Start of Data extract

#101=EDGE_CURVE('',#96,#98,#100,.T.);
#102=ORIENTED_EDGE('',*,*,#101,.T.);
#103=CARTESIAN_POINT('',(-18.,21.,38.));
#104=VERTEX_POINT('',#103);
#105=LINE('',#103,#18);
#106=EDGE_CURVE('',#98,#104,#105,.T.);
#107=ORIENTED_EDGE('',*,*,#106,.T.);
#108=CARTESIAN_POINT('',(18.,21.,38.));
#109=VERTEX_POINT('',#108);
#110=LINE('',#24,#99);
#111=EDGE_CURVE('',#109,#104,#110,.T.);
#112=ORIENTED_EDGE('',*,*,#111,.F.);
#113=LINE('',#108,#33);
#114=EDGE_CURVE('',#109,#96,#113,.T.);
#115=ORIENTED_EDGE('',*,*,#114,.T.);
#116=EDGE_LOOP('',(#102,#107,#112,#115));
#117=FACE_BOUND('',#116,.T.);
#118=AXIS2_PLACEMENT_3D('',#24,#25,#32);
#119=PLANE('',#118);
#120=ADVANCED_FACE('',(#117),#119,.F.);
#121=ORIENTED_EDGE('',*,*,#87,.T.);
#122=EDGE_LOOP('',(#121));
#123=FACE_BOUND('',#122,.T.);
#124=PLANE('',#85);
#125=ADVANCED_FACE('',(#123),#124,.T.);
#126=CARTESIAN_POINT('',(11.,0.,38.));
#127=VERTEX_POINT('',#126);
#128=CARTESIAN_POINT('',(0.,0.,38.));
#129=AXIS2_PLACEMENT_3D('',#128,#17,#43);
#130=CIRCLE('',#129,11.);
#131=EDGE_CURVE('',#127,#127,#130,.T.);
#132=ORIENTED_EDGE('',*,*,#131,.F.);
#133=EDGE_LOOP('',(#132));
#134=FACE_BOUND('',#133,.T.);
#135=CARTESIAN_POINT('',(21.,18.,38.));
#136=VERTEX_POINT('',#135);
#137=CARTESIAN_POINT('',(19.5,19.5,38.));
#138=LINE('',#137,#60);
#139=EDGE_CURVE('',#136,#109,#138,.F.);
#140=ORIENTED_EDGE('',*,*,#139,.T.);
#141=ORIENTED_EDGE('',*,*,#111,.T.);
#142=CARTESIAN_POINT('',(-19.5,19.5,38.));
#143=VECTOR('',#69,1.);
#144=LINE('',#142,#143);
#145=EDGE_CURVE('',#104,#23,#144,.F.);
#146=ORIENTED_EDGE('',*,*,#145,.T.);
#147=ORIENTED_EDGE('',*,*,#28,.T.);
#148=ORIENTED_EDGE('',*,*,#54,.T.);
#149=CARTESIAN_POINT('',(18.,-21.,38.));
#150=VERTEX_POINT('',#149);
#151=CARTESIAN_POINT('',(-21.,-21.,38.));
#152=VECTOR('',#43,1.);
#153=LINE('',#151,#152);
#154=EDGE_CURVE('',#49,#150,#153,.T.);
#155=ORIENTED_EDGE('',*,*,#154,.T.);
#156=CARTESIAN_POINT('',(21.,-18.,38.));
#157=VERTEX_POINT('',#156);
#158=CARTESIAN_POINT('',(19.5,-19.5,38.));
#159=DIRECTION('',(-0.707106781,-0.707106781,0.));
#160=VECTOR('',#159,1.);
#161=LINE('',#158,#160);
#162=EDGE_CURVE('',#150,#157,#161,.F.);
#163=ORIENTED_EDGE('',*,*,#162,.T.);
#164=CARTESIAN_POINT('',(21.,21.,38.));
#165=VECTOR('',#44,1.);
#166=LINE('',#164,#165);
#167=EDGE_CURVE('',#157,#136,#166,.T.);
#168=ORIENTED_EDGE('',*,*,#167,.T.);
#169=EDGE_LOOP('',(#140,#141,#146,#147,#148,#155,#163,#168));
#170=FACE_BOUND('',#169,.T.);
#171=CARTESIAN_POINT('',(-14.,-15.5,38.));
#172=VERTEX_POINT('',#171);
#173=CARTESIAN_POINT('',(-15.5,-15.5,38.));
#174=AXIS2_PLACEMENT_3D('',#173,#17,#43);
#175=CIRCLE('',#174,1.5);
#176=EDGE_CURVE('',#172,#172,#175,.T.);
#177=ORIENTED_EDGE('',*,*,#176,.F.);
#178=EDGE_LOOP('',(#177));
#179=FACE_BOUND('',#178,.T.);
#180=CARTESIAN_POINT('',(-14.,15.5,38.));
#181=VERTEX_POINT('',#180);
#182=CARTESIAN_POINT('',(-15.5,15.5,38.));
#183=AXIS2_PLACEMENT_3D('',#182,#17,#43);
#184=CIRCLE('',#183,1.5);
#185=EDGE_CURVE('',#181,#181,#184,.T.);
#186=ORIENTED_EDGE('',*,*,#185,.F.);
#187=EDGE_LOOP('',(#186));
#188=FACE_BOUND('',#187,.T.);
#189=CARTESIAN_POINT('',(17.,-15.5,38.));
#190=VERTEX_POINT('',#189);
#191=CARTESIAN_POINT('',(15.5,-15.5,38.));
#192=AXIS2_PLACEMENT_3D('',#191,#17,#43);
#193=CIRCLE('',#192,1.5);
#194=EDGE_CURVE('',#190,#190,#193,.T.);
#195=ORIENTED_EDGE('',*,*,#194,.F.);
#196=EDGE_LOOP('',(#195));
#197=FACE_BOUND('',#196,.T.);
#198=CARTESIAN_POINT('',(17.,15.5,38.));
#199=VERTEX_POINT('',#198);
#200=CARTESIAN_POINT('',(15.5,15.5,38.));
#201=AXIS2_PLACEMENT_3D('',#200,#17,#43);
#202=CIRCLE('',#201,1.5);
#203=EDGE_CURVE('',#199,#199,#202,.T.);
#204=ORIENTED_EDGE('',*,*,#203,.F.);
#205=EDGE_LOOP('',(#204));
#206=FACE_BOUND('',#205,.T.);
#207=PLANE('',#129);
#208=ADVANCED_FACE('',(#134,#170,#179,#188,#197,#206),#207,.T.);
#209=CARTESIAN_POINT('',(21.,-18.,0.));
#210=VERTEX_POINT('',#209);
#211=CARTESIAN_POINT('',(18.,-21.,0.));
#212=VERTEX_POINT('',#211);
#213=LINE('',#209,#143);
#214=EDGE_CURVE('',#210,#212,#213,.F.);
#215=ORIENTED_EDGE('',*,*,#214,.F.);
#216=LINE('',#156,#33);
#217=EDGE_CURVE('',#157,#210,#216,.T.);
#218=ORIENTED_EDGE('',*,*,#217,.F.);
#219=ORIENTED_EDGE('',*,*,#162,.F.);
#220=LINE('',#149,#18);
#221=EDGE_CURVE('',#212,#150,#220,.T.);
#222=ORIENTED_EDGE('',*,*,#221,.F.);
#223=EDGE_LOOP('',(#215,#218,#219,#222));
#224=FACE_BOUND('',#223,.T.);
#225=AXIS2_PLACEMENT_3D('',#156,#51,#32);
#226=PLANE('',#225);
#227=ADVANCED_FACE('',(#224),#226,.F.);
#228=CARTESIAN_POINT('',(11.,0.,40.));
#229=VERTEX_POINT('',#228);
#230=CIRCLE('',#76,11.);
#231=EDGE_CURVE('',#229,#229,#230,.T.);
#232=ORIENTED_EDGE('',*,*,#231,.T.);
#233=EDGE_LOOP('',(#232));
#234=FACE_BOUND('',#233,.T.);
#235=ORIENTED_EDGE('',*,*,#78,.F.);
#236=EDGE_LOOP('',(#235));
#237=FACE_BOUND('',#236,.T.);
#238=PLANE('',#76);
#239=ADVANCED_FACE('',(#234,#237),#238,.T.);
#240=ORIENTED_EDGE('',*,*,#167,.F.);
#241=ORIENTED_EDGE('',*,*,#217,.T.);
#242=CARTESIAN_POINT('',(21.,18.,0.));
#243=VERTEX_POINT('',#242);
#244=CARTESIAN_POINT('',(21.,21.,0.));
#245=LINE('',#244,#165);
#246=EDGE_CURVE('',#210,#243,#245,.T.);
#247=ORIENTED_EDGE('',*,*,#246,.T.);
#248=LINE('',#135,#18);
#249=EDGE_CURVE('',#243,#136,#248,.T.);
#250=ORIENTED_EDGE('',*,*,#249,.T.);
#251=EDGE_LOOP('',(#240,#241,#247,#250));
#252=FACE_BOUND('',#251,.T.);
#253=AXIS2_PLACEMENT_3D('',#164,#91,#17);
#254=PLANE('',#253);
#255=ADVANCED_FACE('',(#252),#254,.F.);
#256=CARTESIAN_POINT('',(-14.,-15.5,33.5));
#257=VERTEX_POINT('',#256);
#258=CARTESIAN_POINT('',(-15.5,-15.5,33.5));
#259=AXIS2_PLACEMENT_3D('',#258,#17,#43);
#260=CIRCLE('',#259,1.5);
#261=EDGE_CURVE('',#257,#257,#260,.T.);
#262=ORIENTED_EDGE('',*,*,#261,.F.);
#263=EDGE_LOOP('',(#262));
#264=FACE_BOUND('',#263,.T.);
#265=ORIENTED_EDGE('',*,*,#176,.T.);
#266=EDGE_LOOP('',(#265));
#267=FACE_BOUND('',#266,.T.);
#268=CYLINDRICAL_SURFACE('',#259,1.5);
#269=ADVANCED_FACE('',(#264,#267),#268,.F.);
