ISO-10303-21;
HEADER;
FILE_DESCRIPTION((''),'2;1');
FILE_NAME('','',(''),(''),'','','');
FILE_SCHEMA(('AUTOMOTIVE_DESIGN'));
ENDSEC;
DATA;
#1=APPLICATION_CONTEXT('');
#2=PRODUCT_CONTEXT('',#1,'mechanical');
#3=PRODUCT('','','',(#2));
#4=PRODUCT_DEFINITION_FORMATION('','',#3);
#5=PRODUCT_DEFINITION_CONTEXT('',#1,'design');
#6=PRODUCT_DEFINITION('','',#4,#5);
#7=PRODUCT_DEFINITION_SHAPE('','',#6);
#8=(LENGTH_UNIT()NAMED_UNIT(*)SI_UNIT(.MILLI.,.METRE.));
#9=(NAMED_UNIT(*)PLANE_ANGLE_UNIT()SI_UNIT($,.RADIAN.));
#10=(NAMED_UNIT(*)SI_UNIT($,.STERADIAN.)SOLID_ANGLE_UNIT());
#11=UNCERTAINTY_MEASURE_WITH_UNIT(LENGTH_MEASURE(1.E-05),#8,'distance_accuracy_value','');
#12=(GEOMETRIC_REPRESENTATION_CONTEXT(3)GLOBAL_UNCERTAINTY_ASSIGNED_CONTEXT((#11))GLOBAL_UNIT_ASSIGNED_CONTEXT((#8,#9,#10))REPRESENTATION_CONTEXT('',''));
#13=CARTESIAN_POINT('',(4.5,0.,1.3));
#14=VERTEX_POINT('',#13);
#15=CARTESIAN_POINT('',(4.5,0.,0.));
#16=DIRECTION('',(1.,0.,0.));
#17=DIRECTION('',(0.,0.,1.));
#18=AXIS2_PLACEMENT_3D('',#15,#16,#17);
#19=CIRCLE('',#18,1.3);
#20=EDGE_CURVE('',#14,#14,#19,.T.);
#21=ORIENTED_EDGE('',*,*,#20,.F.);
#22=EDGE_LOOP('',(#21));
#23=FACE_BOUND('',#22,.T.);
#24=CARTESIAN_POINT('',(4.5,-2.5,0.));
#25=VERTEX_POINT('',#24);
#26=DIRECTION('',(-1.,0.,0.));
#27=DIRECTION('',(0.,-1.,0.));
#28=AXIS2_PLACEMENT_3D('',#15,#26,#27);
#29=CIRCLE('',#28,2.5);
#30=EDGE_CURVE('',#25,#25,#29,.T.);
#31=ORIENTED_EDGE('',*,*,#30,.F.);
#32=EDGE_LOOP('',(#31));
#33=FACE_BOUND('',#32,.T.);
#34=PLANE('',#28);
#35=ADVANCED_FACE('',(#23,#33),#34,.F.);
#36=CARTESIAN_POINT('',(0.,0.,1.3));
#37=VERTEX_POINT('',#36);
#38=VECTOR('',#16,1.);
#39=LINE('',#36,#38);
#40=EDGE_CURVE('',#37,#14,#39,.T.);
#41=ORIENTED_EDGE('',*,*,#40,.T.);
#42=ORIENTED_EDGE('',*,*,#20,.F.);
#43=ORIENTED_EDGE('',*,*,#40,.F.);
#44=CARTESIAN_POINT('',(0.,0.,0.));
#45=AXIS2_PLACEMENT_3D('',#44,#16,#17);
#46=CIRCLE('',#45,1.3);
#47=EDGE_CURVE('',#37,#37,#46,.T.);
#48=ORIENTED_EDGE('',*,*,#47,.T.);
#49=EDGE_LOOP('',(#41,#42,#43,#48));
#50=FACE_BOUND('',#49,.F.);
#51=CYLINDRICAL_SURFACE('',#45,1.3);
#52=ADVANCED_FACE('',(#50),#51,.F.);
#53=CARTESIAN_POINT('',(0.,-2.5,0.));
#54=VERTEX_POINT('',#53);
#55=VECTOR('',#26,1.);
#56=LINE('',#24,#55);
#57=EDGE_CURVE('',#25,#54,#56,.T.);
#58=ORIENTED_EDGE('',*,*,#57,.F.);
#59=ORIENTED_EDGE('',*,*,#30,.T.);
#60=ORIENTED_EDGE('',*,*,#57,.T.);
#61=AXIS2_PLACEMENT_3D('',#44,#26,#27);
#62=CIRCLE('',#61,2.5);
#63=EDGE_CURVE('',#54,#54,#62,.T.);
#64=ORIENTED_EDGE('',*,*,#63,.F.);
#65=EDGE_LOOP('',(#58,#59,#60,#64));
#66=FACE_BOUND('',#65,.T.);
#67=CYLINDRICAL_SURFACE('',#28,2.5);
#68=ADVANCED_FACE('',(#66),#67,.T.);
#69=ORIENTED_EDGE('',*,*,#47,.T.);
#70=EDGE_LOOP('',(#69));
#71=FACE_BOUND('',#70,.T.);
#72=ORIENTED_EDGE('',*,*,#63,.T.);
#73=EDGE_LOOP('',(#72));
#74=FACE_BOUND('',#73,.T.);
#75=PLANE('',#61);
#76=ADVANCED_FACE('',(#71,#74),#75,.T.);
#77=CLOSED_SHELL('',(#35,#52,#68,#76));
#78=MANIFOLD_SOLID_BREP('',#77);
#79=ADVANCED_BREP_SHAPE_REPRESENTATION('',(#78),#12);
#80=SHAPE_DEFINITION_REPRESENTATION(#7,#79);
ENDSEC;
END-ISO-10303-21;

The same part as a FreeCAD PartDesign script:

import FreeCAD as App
import Part
import Sketcher
from FreeCAD import Vector
Q = App.Units.Quantity

doc = App.newDocument("Part")
body = doc.addObject("PartDesign::Body", "Body")

# Sketch on XY plane
sketch1 = body.newObject("Sketcher::SketchObject", "Sketch")
sketch1.AttachmentSupport = (doc.getObject("XY_Plane"), [""])
sketch1.MapMode = "FlatFace"
sketch1.addGeometry(Part.LineSegment(Vector(4.5, 0, 0), Vector(0, 0, 0)), False)
sketch1.addGeometry(Part.LineSegment(Vector(0, 0, 0), Vector(0, -2.5, 0)), False)
sketch1.addGeometry(Part.LineSegment(Vector(0, -2.5, 0), Vector(4.5, -2.5, 0)), False)
sketch1.addGeometry(Part.LineSegment(Vector(4.5, -2.5, 0), Vector(4.5, 0, 0)), False)
sketch1.addConstraint(Sketcher.Constraint("Coincident", 0, 2, 1, 1))
sketch1.addConstraint(Sketcher.Constraint("Coincident", 1, 2, 2, 1))
sketch1.addConstraint(Sketcher.Constraint("Coincident", 2, 2, 3, 1))
sketch1.addConstraint(Sketcher.Constraint("Coincident", 3, 2, 0, 1))
sketch1.addConstraint(Sketcher.Constraint("Horizontal", 0))
sketch1.addConstraint(Sketcher.Constraint("Vertical", 1))
sketch1.addConstraint(Sketcher.Constraint("Horizontal", 2))
sketch1.addConstraint(Sketcher.Constraint("Vertical", 3))
sketch1.addConstraint(Sketcher.Constraint("Coincident", 0, 2, -1, 1))
sketch1.addConstraint(Sketcher.Constraint("DistanceX", 0, 2, 0, 1, Q("4.5 mm")))
sketch1.addConstraint(Sketcher.Constraint("DistanceY", 1, 2, 1, 1, Q("2.5 mm")))
revolution = body.newObject("PartDesign::Revolution", "Revolution")
revolution.Profile = sketch1
revolution.ReferenceAxis = (sketch1, ["H_Axis"])
revolution.Angle = 360

# Sketch on YZ plane
sketch2 = body.newObject("Sketcher::SketchObject", "Sketch001")
sketch2.AttachmentSupport = (doc.getObject("YZ_Plane"), [""])
sketch2.MapMode = "FlatFace"
sketch2.addGeometry(Part.Circle(Vector(0, 0, 0), Vector(0, 0, 1), 1.3), False)
sketch2.addConstraint(Sketcher.Constraint("Coincident", 0, 3, -1, 1))
sketch2.addConstraint(Sketcher.Constraint("Diameter", 0, Q("2.6 mm")))
doc.recompute()
hole = body.newObject("PartDesign::Hole", "Hole")
hole.Profile = sketch2
hole.ThreadType = "None"
hole.Diameter = 2.6
hole.DepthType = "Dimension"
hole.Depth = 4.5
hole.DrillPoint = "Flat"
hole.Reversed = True

doc.recompute()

End of Data extract

**Exercise:** Each line from the start of the listing through the line with "#124=PLANE('',#85);" is to be restated verbatim, both ends included.

**Response area:**
#101=EDGE_CURVE('',#96,#98,#100,.T.);
#102=ORIENTED_EDGE('',*,*,#101,.T.);
#103=CARTESIAN_POINT('',(-18.,21.,38.));
#104=VERTEX_POINT('',#103);
#105=LINE('',#103,#18);
#106=EDGE_CURVE('',#98,#104,#105,.T.);
#107=ORIENTED_EDGE('',*,*,#106,.T.);
#108=CARTESIAN_POINT('',(18.,21.,38.));
#109=VERTEX_POINT('',#108);
#110=LINE('',#24,#99);
#111=EDGE_CURVE('',#109,#104,#110,.T.);
#112=ORIENTED_EDGE('',*,*,#111,.F.);
#113=LINE('',#108,#33);
#114=EDGE_CURVE('',#109,#96,#113,.T.);
#115=ORIENTED_EDGE('',*,*,#114,.T.);
#116=EDGE_LOOP('',(#102,#107,#112,#115));
#117=FACE_BOUND('',#116,.T.);
#118=AXIS2_PLACEMENT_3D('',#24,#25,#32);
#119=PLANE('',#118);
#120=ADVANCED_FACE('',(#117),#119,.F.);
#121=ORIENTED_EDGE('',*,*,#87,.T.);
#122=EDGE_LOOP('',(#121));
#123=FACE_BOUND('',#122,.T.);
#124=PLANE('',#85);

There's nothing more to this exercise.